Blood Cells – Formed Elements Descriptions

I. Red Blood Cells –Erythrocytes - on a Wright-stained peripheral blood smear, normal mature RBCs
that contain sufficient hemoglobin have a red-orange appearance
with a central pallor (lighter area inside of the cell)

- normal, mature RBCs are biconcave, disc-shaped, anuclear


(does not contain nucleus) approximately 7-8 microns in diameter
- the term used to describe RBCs of normal size is "normocytic."

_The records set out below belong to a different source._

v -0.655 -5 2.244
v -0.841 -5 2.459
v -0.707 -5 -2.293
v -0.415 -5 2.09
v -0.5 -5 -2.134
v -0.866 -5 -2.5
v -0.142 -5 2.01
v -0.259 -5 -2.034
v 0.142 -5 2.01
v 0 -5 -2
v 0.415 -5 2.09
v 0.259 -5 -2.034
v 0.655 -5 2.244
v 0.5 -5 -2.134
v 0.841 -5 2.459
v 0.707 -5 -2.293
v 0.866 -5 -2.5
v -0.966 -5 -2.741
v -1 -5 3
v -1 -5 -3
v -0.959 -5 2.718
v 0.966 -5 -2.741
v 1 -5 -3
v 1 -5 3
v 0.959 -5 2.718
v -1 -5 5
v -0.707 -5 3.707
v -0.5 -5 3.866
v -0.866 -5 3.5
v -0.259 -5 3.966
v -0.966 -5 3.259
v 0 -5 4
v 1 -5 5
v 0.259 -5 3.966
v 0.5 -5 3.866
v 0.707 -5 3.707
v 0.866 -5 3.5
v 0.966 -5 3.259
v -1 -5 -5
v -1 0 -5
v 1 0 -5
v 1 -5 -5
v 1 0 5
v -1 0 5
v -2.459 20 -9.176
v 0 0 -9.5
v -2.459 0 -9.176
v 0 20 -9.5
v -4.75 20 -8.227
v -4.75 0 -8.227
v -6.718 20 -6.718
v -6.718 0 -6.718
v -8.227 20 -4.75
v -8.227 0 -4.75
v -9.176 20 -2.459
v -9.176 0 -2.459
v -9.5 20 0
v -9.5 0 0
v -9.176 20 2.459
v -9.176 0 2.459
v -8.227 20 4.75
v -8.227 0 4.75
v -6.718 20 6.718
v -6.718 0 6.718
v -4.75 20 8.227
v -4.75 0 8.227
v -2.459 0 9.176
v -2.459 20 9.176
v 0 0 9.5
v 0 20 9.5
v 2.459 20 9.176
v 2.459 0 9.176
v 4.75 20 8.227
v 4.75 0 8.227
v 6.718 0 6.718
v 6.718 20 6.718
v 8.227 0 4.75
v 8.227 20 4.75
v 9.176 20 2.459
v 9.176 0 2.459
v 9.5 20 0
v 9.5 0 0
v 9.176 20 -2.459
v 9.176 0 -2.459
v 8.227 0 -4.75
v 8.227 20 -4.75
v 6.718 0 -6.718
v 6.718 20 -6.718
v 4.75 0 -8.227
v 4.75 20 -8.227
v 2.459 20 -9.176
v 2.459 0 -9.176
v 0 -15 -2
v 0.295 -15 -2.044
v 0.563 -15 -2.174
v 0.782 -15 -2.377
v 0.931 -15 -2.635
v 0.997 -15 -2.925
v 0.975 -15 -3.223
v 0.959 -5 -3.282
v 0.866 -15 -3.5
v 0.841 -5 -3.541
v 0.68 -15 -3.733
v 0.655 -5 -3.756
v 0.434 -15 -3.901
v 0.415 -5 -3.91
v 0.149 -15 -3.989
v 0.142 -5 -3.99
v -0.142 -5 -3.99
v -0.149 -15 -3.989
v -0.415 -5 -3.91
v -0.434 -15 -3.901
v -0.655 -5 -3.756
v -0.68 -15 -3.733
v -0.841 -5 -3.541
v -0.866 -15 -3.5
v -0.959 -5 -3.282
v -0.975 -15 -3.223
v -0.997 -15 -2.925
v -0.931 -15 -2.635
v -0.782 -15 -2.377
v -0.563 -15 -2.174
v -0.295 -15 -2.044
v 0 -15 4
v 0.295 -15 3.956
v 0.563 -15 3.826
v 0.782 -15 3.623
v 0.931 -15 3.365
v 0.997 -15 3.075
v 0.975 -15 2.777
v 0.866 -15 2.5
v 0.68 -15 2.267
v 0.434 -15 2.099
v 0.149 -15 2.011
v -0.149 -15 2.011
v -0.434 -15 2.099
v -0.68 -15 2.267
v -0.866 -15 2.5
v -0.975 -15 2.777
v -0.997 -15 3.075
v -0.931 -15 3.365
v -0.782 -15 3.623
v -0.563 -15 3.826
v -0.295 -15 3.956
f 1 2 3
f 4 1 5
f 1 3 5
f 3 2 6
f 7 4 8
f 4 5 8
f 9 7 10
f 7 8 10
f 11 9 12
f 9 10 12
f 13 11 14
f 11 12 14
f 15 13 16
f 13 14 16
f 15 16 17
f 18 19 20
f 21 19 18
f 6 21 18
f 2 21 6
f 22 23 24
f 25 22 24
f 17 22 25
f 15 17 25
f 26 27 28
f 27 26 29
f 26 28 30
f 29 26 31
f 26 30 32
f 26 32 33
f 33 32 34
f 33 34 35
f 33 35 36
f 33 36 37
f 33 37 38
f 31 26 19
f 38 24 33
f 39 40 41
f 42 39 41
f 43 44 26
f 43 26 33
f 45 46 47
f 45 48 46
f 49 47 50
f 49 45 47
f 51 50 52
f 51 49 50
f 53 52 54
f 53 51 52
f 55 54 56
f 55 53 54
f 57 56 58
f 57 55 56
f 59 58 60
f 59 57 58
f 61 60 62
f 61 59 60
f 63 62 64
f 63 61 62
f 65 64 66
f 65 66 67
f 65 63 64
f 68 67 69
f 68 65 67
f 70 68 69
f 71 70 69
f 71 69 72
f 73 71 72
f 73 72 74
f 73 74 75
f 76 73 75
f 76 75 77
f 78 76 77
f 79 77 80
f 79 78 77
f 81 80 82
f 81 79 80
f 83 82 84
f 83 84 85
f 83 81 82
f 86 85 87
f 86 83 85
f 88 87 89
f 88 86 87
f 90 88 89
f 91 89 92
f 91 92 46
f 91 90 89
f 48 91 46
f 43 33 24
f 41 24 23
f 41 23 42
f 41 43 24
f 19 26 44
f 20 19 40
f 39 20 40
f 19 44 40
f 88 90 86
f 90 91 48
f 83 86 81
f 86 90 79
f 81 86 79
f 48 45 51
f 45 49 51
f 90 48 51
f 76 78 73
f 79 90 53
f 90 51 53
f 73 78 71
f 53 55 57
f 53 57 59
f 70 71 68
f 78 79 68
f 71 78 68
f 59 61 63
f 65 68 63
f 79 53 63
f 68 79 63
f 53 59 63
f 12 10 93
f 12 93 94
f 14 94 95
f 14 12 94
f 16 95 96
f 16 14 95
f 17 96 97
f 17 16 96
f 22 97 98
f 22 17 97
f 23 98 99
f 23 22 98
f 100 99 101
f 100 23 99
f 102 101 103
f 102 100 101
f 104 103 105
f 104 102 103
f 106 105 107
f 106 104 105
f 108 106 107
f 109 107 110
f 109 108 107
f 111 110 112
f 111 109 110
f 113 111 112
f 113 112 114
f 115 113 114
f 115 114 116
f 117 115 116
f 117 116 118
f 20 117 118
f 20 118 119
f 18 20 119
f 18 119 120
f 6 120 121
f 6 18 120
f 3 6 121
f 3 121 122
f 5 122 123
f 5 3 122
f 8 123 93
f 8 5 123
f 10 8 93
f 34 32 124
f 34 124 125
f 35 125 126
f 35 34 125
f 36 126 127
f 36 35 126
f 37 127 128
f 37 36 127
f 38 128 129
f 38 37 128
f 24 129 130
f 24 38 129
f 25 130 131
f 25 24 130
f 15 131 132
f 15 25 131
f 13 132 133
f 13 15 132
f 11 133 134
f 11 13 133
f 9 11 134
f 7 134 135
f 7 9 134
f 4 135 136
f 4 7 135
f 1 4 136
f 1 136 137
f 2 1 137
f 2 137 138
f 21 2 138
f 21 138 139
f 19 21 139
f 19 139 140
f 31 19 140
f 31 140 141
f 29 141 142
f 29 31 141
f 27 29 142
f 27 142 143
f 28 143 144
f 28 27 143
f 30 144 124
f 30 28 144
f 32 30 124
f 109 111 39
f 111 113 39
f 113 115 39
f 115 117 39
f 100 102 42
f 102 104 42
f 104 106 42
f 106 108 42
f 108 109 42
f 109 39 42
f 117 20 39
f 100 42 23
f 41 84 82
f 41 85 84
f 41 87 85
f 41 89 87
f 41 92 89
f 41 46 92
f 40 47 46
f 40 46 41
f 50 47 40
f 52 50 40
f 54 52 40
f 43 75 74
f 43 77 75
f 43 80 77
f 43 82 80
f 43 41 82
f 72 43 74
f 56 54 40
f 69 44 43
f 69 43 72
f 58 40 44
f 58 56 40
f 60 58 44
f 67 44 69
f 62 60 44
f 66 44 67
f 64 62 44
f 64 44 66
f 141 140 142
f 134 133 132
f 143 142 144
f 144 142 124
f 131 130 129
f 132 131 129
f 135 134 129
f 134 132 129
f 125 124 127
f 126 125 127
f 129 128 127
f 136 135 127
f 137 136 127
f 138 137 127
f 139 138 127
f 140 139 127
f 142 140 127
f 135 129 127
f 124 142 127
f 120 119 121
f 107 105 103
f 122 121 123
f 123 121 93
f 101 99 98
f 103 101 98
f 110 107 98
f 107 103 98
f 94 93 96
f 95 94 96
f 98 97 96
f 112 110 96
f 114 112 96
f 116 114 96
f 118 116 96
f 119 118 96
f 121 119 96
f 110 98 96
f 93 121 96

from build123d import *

# Parameters (mm, degrees)
SKETCH_1_W        = 9.5
SKETCH_1_H        = 20
SKETCH_2_R        = 1
EXTRUDE_457_DEPTH = 15
SKETCH_3_W        = 2
SKETCH_3_H        = 10
EXTRUDE_556_DEPTH = 5


with BuildPart() as part:
    # Эскиз1 → Revolve 326 (revolve)
    with BuildSketch(Plane.XY, mode=Mode.PRIVATE) as revolve_326_sk:
        with Locations((4.75, 10)):
            Rectangle(SKETCH_1_W, SKETCH_1_H)
    revolve(revolve_326_sk.sketch.rotate(Axis((0, 0, 0), (0, 1, 0)), 90), axis=Axis((0, 0, 0), (0, 1, 0)))

    # Эскиз2 → Extrude 457 (add)
    with BuildSketch(Plane(origin=(0, 0, 0), x_dir=(1, 0, 0), z_dir=(0, 1, 0))):
        with Locations(Location((0, -3, 0), (0, 0, 270))):
            Circle(SKETCH_2_R)
        with Locations(Location((0, 3, 0), (0, 0, 270))):
            Circle(SKETCH_2_R)
    extrude(amount=-EXTRUDE_457_DEPTH)

    # Эскиз3 → Extrude 556 (add)
    with BuildSketch(Plane(origin=(0, 0, 0), x_dir=(1, 0, 0), z_dir=(0, 1, 0))):
        Rectangle(SKETCH_3_W, SKETCH_3_H)
    extrude(amount=-EXTRUDE_556_DEPTH)


solid = part.part
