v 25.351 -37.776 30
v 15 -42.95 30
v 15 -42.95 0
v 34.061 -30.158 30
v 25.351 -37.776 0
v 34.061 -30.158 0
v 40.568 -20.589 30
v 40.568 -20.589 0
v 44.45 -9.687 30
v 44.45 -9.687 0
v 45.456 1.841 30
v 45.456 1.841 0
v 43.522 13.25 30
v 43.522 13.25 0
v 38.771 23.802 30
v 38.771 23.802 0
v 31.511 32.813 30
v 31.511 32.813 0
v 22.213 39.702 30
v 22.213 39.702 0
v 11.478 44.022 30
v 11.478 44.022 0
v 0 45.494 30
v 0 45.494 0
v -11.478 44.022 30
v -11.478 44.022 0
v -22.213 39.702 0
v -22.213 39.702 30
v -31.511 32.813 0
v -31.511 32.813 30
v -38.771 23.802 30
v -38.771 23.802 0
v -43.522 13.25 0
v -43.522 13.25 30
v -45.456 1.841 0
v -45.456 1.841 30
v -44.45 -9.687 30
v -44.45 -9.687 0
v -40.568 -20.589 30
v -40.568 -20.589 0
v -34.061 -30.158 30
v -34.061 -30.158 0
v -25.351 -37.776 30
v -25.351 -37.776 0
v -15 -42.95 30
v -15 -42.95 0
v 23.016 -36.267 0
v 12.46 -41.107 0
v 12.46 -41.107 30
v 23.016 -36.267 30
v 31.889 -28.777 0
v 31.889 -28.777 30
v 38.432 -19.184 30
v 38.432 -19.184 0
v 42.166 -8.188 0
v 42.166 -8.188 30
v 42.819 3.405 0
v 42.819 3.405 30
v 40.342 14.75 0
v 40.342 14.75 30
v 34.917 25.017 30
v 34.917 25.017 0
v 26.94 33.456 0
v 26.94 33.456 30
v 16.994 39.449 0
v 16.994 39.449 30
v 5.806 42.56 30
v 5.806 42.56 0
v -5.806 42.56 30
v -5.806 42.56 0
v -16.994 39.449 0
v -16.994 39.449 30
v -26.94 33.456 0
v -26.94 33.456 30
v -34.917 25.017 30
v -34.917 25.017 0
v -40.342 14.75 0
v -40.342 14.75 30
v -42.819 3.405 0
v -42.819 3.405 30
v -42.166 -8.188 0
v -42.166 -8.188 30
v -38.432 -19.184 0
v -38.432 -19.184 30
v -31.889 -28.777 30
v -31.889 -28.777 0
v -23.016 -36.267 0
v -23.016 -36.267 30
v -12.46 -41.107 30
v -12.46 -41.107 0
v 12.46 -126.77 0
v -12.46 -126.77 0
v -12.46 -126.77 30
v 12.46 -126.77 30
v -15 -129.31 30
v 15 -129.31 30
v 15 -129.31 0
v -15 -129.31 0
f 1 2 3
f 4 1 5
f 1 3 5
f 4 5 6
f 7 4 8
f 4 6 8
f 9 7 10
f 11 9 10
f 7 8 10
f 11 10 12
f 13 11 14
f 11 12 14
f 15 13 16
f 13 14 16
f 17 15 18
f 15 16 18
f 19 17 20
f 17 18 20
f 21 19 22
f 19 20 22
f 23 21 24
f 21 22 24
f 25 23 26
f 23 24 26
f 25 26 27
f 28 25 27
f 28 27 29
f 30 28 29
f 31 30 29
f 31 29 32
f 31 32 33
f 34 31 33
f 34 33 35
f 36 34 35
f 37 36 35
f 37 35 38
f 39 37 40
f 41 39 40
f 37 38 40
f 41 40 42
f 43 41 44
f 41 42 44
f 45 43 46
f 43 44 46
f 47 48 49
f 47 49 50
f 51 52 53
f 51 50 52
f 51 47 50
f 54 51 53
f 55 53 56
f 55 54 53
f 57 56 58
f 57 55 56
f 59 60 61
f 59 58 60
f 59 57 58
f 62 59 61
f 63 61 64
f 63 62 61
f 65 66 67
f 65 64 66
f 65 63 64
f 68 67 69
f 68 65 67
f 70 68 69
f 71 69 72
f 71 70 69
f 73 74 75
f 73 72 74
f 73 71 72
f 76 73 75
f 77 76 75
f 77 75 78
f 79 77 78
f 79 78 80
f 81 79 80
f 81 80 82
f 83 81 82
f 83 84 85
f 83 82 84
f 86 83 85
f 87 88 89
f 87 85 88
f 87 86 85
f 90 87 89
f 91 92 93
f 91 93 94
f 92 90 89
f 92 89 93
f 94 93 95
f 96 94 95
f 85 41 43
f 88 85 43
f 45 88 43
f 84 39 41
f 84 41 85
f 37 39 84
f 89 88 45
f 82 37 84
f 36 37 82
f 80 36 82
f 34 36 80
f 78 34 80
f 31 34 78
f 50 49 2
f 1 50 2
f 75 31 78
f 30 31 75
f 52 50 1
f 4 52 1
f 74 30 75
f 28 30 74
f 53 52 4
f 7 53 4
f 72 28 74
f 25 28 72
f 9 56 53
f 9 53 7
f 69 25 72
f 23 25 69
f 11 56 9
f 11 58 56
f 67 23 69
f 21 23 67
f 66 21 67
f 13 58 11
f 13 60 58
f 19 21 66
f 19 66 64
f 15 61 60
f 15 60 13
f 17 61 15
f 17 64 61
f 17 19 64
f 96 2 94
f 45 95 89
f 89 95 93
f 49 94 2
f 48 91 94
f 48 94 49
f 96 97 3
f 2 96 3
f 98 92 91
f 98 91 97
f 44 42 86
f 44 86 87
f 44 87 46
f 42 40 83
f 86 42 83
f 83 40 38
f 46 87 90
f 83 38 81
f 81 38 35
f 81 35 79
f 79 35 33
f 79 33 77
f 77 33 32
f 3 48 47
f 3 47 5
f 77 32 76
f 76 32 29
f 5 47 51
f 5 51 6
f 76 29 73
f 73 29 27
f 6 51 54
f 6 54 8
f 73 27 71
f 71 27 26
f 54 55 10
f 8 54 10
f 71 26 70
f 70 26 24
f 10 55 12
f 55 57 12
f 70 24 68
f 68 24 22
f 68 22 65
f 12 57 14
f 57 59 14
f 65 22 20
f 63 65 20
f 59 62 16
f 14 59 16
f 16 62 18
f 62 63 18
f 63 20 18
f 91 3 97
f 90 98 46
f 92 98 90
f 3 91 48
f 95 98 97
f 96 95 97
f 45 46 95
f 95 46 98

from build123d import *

# Parameters (mm, degrees)
F1_DEPTH = 30
F2_T     = -2.54


with BuildPart() as f1:
    # F0 (on Top) → F1 (new body)
    with BuildSketch(Plane.XY):
        with BuildLine():
            Line((15, -129.3097395662), (15, -42.9497395662))
            ThreePointArc((15, -42.9497395662), (0, 45.4937372481), (-15, -42.9497395662))
            Line((-15, -42.9497395662), (-15, -129.3097395662))
            Line((-15, -129.3097395662), (15, -129.3097395662))
        make_face()
    extrude(amount=F1_DEPTH)

    # F2
    f2_openings = [f1.faces().sort_by_distance(p)[0] for p in [
        (0, -24.43063, 30),
        (0, -24.43063, 0),
    ]]
    offset(amount=F2_T, openings=f2_openings, kind=Kind.INTERSECTION)


solid = f1.part
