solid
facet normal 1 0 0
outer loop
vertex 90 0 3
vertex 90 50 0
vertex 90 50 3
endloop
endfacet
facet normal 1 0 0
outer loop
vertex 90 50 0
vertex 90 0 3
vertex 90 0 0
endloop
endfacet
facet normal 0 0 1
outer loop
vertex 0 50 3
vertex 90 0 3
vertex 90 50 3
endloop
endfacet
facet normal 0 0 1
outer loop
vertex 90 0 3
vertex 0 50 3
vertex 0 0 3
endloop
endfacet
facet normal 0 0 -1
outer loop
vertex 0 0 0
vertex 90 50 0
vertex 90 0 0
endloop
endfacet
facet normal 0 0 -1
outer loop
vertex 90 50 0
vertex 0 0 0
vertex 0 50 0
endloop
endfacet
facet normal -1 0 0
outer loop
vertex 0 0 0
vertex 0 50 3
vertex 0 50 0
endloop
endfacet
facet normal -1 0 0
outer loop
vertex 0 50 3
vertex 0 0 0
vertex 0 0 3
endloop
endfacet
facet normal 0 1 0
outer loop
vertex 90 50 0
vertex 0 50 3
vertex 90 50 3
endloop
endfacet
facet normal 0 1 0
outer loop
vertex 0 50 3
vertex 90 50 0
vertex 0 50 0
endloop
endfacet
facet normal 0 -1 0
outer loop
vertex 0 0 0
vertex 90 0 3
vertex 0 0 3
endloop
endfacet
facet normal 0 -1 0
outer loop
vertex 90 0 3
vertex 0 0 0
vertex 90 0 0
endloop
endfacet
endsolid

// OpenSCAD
/*
Flat image relief in native OpenSCAD.

OpenSCAD surface() maps image gray values to nominal Z values 0..100.
Set the exact raster dimensions below; preserve aspect ratio deliberately.
For curved objects, generate a watertight patch with relief_patch.py and use
templates/openscad/imported_patch_boolean.scad instead.
*/
image_file = "heightmap.png";
image_width_px = 512;
image_height_px = 256;
physical_width_mm = 80;
physical_height_mm = 40;
relief_depth_mm = 0.8;
overlap_mm = 0.08;
invert_image = false;
operation = "engrave"; // "emboss" or "engrave"

base_width_mm = 90;
base_height_mm = 50;
base_thickness_mm = 3;

module native_height_solid(extra_depth = 0) {
    scale([
        physical_width_mm / max(1, image_width_px),
        physical_height_mm / max(1, image_height_px),
        (relief_depth_mm + extra_depth) / 100
    ])
        surface(file=image_file, center=false, invert=invert_image, convexity=20);
}

module base() {
    cube([base_width_mm, base_height_mm, base_thickness_mm]);
}

x0 = (base_width_mm - physical_width_mm) / 2;
y0 = (base_height_mm - physical_height_mm) / 2;

if (operation == "emboss") {
    union() {
        base();
        translate([x0, y0, base_thickness_mm - overlap_mm])
            native_height_solid(overlap_mm);
    }
} else {
    difference() {
        base();
        // Mirror so bright pixels extend down into the body.
        translate([x0, y0, base_thickness_mm + overlap_mm])
            mirror([0, 0, 1])
                native_height_solid(overlap_mm);
    }
}
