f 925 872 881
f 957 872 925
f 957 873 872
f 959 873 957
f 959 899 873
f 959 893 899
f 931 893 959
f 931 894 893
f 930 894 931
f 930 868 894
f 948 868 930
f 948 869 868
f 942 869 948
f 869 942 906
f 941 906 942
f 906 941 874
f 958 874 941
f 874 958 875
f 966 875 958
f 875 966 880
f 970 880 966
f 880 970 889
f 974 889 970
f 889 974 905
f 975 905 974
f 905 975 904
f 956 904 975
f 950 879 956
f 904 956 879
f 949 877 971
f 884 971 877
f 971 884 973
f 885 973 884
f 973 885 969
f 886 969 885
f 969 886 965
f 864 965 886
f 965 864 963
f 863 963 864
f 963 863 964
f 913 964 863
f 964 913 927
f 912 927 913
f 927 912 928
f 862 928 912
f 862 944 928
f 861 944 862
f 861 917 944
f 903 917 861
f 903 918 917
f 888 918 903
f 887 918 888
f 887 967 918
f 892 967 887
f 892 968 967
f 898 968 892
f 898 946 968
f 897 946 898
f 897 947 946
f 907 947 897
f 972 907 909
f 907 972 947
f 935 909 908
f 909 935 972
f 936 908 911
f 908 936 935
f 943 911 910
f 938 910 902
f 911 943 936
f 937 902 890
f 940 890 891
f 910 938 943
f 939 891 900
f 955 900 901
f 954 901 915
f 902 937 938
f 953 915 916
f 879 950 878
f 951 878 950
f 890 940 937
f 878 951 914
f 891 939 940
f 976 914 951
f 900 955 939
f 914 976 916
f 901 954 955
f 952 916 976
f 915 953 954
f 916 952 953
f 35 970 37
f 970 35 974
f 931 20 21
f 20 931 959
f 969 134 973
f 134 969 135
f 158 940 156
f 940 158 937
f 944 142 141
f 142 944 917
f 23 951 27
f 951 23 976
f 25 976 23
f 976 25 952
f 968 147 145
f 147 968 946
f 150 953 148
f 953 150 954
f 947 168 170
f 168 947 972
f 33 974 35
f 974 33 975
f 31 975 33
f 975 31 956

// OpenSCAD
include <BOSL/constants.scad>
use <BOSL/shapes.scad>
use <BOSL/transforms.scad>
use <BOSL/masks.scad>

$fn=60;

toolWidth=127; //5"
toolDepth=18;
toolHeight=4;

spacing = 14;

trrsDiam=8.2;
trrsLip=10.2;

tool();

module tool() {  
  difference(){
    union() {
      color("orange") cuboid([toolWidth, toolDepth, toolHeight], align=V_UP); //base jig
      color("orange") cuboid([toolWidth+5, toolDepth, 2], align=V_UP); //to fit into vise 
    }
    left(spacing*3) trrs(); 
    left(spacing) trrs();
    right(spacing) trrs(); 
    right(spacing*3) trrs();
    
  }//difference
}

Hemoglobin is a protein in your red blood cells that carries oxygen to your body's organs and tissues and transports carbon
dioxide from your organs and tissues back to your lungs.

Hemoglobin – contributes to the normal color of the blood; the term used to describe RBCs of normal color is
"normochromic."

If a hemoglobin test reveals that your hemoglobin level is lower than normal, it means you have a low red blood cell count
(anemia) and RBCs are described as “hypochromic” which means RBCs has low amount of hemoglobin.

Normal amount of hemoglobin = 12 – 15 grams per 100cc of blood

Normal functioning RBCs survive for approximately 120 days in the peripheral blood circulation before being removed by the
liver or spleen. Under normal circumstances, the body produces enough RBCs each day to offset the removal of senescent (old)
cells.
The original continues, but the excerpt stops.